Generally, an attorney appointed under a general or enduring power of attorney cannot enter into a conflict of interest transaction. However, conflict transactions can be allowed by:
- the terms of the power of attorney
- the person granting the power of attorney authorising the transaction (if they still have capacity)
- seeking authorisation from the relevant court or tribunal before the transaction takes place.
The requirement for attorneys to seek approval for a conflict transaction prior to the transaction taking place1 sometimes means that attorneys are unintentionally breaching their duties.
To rectify this, the Queensland Government passed the Guardianship and Administration and Other Legislation Amendment Act 2019 (Amendment Act) earlier in 2019 which, among other things, will amend the Powers of Attorney Act 1998 (Qld) to allow attorneys to seek retrospective approval for conflict of interest transactions.
While the Amendment Act has been passed, it is not yet in force.
Why the changes are important
Under an enduring power of attorney, attorneys are given power to make decisions about personal, health and financial matters on behalf of the principal once the principal loses capacity. As a result, attorneys are often faced with making decisions where their interests may conflict with the interests of the principal.
Preventing an attorney from entering into a transaction that benefits the attorney is a fundamental duty required to protect the principal’s assets and well-being, and the integrity of the enduring power of attorney scheme. However, it is a strict duty, and this means that, at times, transactions that need to, or should, take place are caught within the blanket no conflict rule.

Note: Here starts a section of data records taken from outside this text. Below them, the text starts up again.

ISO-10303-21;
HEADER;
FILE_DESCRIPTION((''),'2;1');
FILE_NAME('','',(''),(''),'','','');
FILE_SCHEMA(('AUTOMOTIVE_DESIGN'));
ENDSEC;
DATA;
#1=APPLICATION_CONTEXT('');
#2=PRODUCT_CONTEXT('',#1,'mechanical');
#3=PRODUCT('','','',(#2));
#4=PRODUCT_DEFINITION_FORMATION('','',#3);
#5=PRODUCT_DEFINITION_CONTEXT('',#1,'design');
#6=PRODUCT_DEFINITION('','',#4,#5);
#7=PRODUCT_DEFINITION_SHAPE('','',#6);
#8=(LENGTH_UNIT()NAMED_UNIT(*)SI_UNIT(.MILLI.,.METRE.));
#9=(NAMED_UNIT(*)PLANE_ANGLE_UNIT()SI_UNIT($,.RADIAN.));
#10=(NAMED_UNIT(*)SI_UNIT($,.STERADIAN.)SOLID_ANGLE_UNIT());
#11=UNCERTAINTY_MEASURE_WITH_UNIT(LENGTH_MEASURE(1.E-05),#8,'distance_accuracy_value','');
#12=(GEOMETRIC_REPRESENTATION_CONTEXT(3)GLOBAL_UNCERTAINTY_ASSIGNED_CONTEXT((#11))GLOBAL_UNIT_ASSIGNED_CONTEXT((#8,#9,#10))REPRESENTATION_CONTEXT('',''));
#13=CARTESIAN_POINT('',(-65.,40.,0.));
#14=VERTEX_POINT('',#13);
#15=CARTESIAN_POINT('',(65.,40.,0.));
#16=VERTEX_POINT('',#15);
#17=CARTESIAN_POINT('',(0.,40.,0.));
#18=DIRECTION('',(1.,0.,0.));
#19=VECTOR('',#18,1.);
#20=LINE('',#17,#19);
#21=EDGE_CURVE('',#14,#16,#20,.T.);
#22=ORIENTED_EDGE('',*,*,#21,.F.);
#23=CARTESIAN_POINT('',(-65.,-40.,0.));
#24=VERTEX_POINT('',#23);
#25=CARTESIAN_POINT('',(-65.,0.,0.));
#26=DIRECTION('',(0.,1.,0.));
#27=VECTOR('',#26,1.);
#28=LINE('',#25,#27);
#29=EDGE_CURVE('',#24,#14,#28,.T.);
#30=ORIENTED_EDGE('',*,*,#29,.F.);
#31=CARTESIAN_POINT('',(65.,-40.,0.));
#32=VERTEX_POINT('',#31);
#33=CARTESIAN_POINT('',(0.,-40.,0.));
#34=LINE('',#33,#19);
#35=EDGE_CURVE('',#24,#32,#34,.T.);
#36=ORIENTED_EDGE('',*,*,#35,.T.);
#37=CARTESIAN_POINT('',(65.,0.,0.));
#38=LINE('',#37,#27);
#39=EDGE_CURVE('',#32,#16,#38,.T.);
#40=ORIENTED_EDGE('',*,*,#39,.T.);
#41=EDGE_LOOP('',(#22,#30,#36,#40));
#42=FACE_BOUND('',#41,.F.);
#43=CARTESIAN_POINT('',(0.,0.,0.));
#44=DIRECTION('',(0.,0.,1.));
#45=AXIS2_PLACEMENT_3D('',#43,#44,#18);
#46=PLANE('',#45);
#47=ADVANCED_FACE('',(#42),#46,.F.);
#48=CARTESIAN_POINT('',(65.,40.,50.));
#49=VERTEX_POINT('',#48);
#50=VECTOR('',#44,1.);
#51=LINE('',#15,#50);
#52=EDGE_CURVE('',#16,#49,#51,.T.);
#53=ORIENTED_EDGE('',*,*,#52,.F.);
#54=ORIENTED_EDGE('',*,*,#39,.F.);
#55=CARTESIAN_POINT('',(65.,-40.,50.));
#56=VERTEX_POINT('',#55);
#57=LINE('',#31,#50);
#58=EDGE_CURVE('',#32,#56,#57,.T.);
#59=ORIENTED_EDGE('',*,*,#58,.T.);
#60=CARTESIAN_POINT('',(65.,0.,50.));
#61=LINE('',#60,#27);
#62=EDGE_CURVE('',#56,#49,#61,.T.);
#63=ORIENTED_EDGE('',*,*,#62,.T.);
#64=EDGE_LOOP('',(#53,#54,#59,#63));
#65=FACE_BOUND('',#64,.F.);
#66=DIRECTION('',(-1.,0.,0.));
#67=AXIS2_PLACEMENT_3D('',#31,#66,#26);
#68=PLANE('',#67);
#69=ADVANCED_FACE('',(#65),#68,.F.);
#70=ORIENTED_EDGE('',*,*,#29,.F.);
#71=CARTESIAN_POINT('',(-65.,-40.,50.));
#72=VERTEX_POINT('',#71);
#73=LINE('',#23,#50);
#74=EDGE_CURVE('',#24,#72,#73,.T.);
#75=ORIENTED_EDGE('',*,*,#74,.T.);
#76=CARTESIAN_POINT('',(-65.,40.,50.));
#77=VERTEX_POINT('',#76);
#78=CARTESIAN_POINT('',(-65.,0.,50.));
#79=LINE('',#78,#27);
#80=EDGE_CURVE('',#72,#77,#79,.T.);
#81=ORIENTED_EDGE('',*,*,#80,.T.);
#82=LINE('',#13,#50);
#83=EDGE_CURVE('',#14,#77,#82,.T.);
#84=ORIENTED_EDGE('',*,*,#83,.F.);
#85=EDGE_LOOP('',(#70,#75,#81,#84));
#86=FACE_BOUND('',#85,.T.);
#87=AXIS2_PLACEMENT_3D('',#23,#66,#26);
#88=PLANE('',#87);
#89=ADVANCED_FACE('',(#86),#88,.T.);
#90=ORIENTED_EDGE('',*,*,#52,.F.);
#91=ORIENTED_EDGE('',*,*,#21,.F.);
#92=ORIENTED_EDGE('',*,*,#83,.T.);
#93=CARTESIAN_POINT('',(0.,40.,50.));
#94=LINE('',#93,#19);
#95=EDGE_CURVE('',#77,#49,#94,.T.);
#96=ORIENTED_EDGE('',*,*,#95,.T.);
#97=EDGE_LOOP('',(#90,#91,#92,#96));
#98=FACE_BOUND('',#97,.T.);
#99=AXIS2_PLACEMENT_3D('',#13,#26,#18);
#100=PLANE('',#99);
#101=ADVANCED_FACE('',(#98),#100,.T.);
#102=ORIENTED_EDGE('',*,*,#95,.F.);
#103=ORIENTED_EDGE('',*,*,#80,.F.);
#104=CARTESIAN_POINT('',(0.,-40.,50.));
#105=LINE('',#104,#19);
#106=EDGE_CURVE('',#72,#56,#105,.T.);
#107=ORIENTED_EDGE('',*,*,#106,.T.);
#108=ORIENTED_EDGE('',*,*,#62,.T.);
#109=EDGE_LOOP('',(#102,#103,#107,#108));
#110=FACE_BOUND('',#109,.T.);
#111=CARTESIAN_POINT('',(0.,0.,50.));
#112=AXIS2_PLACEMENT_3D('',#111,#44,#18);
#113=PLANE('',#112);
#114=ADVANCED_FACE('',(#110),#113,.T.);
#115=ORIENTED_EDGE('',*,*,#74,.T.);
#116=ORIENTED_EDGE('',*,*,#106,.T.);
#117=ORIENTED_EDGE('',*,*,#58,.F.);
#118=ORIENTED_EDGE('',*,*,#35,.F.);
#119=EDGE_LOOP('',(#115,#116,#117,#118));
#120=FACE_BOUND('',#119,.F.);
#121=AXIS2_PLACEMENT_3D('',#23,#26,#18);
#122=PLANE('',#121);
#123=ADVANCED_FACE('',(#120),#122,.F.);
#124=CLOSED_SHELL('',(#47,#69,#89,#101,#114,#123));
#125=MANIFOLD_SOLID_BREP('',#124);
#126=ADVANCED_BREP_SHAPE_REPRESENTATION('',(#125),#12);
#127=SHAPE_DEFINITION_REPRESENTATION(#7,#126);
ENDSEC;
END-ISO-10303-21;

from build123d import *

# Parameters (mm, degrees)
SKETCH_W      = 130
SKETCH_H      = 80
EXTRUDE_DEPTH = 50


with BuildPart() as part:
    # Sketch → Extrude (new body)
    with BuildSketch(Plane.XY):
        Rectangle(SKETCH_W, SKETCH_H)
    extrude(amount=EXTRUDE_DEPTH)


solid = part.part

The ability to authorise conflict transactions provides the practical means by which the attorney can perform their role without unnecessarily breaching their duties. The Amendment Act now broadens the attorney’s ability to have the conflict transaction approved.
While authorisation for conflict transactions will now be more accessible, the Amendment Act does not absolve attorneys from acting in the best interests of the principal.
Power of attorney planning
The terms of all general and enduring powers of attorney must be considered carefully to ensure:
- foreseeable conflict of interest transactions that the principal wishes to authorise are properly covered in the terms of the document to save the attorney from needing to seek authorisation from a court or tribunal
- attorneys are not given inappropriately broad powers that allow them to enter into all conflict of interest transactions (we see many enduring powers of attorney where all conflicts are authorised).
Power of attorney disputes
We have advised a number of clients dealing with disputes that have arisen because an attorney has mismanaged the principal’s assets, for example:
- mixing the principal’s pension income with the attorney’s pension income
- utilising the principal’s income or superannuation entitlements benefits for the attorney’s own benefit
- dealing with the principal’s assets in a way that will defeat the principal’s estate plan after their death.
These disputes don’t always arise because the attorney is acting with malice, but because they simply do not understand how to manage the principal’s assets after the loss of capacity.
To avoid or reduce these types of dispute, it is important for the enduring power of attorney document to be carefully considered, the attorney to seek advice about their role, and those interested in the principal’s well-being to make enquiries of the attorney’s actions.